Multi-Level Narrative Evaluation Outperforms Lexical Features for Mental Health
For computational psychiatry and narrative analysis, this work provides a theoretically grounded framework that identifies macro-structural organization as the primary locus of clinical signal, offering testable hypotheses for intervention design.
The paper introduces a three-level narrative evaluation framework (micro-lexical, meso-embedding, macro-LLM) and shows that macro-level evaluation substantially outperforms lexical and embedding features for mental health prediction across 830 Chinese therapeutic texts, challenging the field's emphasis on word-counting.

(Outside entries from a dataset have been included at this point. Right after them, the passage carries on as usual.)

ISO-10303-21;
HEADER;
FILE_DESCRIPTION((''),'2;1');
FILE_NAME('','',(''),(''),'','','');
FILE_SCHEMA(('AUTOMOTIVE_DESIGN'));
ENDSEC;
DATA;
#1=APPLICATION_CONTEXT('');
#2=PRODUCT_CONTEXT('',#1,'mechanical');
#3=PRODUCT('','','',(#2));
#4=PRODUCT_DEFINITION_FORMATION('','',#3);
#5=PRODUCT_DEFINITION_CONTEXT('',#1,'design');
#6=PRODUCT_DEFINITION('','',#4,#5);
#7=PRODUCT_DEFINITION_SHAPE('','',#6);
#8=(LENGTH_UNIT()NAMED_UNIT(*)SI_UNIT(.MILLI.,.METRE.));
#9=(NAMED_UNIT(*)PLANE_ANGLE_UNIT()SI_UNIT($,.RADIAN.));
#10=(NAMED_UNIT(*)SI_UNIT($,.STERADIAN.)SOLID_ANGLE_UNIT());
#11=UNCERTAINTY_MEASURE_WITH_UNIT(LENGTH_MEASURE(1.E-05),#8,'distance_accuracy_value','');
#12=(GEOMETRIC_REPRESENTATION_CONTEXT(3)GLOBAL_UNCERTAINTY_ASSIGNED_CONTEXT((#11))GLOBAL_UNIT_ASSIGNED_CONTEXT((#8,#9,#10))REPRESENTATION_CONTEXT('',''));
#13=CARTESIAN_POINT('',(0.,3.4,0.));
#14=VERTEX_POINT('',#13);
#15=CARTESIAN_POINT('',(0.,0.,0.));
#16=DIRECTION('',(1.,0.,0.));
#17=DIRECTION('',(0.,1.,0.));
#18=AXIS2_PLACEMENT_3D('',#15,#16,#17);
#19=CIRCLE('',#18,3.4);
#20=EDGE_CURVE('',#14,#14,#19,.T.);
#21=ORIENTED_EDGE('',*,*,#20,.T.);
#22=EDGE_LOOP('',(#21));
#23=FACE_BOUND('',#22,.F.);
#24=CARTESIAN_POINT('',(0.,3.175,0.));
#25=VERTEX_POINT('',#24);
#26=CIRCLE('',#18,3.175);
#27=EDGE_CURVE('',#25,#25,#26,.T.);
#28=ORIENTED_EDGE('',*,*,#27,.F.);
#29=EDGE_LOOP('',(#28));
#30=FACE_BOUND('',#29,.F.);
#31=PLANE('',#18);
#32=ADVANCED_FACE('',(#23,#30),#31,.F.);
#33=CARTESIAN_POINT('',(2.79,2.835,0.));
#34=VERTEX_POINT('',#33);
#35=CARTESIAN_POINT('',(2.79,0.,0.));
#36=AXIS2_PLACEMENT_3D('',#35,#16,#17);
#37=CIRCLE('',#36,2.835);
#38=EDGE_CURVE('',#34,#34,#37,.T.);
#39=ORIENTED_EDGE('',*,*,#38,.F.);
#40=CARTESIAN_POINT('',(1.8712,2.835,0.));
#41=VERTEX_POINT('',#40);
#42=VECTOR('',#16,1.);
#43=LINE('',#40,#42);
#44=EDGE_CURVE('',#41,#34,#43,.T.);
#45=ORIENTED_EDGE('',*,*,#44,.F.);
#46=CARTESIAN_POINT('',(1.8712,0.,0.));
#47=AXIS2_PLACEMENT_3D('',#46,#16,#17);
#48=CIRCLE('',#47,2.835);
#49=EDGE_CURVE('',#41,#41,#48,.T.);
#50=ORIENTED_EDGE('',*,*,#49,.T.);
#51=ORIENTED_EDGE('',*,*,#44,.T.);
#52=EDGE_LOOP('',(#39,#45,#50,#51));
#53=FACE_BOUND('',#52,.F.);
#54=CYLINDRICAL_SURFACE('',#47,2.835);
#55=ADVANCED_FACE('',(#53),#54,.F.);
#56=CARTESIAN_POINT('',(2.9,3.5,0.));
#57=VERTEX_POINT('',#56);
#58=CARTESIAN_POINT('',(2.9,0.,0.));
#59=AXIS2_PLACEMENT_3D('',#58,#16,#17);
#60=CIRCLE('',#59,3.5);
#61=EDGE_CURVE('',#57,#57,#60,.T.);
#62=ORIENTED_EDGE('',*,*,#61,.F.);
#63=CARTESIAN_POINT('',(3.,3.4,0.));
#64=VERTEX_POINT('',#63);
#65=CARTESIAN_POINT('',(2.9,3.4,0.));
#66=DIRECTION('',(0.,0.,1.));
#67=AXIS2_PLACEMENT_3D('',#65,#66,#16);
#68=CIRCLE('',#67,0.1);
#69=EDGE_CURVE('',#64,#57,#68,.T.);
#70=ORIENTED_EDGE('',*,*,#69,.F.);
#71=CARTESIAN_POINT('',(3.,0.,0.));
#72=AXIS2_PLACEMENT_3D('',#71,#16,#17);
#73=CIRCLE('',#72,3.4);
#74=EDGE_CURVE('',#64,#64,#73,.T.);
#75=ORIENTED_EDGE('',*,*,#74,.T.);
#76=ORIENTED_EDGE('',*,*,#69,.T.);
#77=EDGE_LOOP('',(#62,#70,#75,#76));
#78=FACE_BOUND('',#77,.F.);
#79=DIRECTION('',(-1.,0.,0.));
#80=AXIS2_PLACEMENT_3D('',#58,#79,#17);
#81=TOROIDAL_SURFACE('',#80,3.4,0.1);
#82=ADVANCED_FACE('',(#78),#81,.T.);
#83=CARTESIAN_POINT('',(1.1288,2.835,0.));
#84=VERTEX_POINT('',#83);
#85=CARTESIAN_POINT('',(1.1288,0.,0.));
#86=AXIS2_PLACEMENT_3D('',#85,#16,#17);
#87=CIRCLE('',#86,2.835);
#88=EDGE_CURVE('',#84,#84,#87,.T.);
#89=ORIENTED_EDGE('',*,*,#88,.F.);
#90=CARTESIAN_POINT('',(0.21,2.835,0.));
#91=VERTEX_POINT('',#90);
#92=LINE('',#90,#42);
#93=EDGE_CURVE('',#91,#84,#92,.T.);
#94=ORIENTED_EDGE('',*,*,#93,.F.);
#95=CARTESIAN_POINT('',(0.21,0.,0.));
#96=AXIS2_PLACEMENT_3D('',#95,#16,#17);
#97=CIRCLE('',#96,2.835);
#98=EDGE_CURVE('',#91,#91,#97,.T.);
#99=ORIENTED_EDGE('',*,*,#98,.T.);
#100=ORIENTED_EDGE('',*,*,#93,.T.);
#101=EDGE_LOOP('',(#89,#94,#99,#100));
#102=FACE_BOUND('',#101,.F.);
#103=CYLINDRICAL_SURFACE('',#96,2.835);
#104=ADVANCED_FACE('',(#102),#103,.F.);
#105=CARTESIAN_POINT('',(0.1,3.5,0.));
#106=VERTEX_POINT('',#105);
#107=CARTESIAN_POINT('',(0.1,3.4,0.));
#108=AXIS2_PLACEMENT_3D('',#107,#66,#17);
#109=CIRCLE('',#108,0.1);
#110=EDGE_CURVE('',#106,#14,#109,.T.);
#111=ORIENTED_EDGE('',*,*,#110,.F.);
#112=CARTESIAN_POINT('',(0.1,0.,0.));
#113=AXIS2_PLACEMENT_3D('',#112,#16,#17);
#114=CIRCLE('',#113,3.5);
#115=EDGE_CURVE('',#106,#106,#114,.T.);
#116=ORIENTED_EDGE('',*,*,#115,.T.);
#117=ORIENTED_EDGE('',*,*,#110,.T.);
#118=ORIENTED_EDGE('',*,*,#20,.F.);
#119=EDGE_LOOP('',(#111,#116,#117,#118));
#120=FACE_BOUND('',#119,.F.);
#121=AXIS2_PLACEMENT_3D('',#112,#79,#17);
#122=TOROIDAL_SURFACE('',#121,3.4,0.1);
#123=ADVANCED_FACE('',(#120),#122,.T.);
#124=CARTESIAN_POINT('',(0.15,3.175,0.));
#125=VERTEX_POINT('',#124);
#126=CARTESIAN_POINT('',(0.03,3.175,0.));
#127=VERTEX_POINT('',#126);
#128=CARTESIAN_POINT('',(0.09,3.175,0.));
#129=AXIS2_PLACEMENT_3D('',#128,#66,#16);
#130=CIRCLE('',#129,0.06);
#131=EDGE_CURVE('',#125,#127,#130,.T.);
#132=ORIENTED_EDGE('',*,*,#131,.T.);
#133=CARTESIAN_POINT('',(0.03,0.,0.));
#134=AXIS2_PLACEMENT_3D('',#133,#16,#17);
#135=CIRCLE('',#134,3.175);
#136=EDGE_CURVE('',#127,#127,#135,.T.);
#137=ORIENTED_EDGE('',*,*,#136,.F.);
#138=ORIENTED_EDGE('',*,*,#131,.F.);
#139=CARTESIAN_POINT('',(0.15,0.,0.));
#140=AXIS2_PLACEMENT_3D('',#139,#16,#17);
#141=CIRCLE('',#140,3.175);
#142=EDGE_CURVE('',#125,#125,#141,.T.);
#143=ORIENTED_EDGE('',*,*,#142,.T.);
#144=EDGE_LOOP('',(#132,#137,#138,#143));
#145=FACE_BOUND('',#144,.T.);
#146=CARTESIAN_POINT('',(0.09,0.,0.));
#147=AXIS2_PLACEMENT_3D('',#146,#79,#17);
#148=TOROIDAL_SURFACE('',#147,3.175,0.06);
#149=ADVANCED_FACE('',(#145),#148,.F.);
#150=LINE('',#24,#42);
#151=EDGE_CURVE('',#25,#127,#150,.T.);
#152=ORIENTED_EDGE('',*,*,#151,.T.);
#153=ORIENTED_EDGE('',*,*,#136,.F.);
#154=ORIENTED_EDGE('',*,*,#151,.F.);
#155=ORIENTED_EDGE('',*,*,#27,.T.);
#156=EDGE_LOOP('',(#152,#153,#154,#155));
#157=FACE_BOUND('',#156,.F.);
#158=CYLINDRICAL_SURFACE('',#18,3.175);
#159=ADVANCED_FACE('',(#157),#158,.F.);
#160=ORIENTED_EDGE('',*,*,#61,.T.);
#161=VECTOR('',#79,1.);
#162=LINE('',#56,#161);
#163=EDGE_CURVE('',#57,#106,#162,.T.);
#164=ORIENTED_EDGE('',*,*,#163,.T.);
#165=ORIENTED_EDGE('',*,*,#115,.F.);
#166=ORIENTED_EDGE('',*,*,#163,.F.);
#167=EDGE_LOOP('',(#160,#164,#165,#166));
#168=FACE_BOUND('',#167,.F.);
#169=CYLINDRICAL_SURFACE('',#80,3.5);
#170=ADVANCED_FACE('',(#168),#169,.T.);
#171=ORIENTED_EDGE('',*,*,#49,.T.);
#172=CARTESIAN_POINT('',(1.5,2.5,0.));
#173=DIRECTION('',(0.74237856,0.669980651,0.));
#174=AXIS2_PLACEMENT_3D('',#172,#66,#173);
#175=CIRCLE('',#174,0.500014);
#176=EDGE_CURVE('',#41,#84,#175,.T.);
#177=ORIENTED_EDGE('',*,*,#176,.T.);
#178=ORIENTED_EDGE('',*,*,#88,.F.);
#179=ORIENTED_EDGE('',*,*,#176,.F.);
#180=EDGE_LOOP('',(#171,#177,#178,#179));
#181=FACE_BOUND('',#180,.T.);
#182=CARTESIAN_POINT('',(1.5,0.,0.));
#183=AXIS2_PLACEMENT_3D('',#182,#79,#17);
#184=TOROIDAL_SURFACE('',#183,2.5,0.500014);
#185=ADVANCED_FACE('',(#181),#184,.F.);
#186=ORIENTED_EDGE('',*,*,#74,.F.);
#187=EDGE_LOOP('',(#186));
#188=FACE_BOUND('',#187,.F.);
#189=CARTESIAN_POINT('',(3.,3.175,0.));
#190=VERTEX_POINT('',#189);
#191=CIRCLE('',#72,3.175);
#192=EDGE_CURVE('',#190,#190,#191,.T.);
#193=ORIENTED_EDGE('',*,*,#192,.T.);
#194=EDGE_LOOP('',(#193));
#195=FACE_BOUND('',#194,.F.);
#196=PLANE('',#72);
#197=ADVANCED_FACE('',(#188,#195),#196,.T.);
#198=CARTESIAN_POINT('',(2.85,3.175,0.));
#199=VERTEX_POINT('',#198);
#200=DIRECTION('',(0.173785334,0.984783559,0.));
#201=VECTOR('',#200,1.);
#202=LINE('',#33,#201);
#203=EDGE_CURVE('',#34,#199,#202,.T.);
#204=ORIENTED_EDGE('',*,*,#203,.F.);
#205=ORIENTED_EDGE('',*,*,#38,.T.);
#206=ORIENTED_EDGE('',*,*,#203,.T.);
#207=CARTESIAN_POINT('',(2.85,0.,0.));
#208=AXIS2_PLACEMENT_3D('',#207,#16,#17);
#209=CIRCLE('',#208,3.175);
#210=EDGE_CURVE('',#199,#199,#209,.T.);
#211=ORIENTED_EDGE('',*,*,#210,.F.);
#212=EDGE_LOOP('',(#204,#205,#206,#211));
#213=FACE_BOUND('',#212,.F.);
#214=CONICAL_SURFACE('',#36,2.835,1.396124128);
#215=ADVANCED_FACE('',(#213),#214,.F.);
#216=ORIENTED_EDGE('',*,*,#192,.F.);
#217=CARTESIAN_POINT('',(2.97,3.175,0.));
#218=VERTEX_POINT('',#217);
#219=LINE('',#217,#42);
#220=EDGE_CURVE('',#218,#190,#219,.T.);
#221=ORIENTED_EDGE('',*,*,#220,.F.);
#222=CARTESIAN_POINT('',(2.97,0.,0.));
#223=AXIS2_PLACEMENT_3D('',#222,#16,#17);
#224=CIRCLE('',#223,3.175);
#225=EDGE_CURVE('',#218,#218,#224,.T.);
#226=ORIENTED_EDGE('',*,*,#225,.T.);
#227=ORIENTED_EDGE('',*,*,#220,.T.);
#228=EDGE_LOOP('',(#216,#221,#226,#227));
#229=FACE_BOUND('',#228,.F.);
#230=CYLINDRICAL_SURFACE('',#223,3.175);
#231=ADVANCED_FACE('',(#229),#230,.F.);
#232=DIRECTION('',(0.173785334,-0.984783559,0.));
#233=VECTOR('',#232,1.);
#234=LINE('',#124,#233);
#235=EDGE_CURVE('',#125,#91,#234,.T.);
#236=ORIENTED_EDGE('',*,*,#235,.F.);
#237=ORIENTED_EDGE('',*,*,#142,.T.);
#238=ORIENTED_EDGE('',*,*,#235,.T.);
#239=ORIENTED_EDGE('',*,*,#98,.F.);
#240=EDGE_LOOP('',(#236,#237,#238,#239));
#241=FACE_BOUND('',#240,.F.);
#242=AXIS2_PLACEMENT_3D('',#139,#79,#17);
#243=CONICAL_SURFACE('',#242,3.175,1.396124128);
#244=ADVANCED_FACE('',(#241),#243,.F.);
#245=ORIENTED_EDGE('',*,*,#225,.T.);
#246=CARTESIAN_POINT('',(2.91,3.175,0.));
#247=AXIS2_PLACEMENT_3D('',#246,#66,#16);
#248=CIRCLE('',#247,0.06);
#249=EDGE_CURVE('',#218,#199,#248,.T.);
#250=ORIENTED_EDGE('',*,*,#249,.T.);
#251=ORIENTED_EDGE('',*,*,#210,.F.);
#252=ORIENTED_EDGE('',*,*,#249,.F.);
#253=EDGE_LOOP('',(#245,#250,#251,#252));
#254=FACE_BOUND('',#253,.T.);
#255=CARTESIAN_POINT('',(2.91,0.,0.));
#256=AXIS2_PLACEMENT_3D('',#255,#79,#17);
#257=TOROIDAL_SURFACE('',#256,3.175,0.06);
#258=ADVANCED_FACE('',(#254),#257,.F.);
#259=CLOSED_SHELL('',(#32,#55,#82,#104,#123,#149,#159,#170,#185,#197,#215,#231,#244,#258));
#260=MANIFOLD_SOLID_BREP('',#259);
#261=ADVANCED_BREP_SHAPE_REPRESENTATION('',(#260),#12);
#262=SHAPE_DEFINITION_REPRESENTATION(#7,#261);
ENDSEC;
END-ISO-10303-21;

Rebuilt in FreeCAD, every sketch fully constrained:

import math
import FreeCAD as App
import Part
import Sketcher
from FreeCAD import Vector
Q = App.Units.Quantity

doc = App.newDocument("Part")
body = doc.addObject("PartDesign::Body", "Body")

# Sketch on XY plane
sketch1 = body.newObject("Sketcher::SketchObject", "Sketch")
sketch1.AttachmentSupport = (doc.getObject("XY_Plane"), [""])
sketch1.MapMode = "FlatFace"
sketch1.addGeometry(Part.ArcOfCircle(Part.Circle(Vector(0.1, 3.4, 0), Vector(0, 0, 1), 0.1), math.radians(90), math.radians(180)), False)
sketch1.addGeometry(Part.LineSegment(Vector(0, 3.4, 0), Vector(0, 3.175, 0)), False)
sketch1.addGeometry(Part.LineSegment(Vector(0, 3.175, 0), Vector(0.03, 3.175, 0)), False)
sketch1.addGeometry(Part.ArcOfCircle(Part.Circle(Vector(0.09, 3.175, 0), Vector(0, 0, 1), 0.06), math.radians(0), math.radians(180)), False)
sketch1.addGeometry(Part.LineSegment(Vector(0.15, 3.175, 0), Vector(0.21, 2.835, 0)), False)
sketch1.addGeometry(Part.LineSegment(Vector(0.21, 2.835, 0), Vector(1.129, 2.835, 0)), False)
sketch1.addGeometry(Part.ArcOfCircle(Part.Circle(Vector(1.5, 2.5, 0), Vector(0, 0, 1), 0.5), math.radians(42), math.radians(138)), False)
sketch1.addGeometry(Part.LineSegment(Vector(1.871, 2.835, 0), Vector(2.79, 2.835, 0)), False)
sketch1.addGeometry(Part.LineSegment(Vector(2.79, 2.835, 0), Vector(2.85, 3.175, 0)), False)
sketch1.addGeometry(Part.ArcOfCircle(Part.Circle(Vector(2.91, 3.175, 0), Vector(0, 0, 1), 0.06), math.radians(0), math.radians(180)), False)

How people narrate their experiences offers a window into how the mind organizes them. Computational approaches to therapeutic writing have evolved from lexical counting to neural methods, yet remain fragmented: dictionary tools miss discourse structure, while embeddings conflate local coherence with global organization. No existing framework maps these techniques onto the hierarchical processes through which narratives are constructed. Here we introduce a three-level framework - micro-level lexical features, meso-level semantic embeddings, and macro-level LLM narrative evaluation - and show, across 830 Chinese therapeutic texts spanning depression, anxiety, and trauma, that macro-level evaluation substantially outperforms lexical and embedding features for mental health prediction. This challenges the field's emphasis on word-counting: formal structural features (Labov's story grammar, RST coherence, propositional composition) demonstrate that narrative organization per se carries predictive signal, while clinically-grounded narrative dimensions capture how psychological states are expressed through discourse. Semantic embeddings add minimal independent value but yield incremental gains in multi-level classification. By grounding computational levels in discourse processing theory, this framework identifies macro-structural organization as the primary locus of clinical signal and generates testable hypotheses for intervention design and longitudinal research.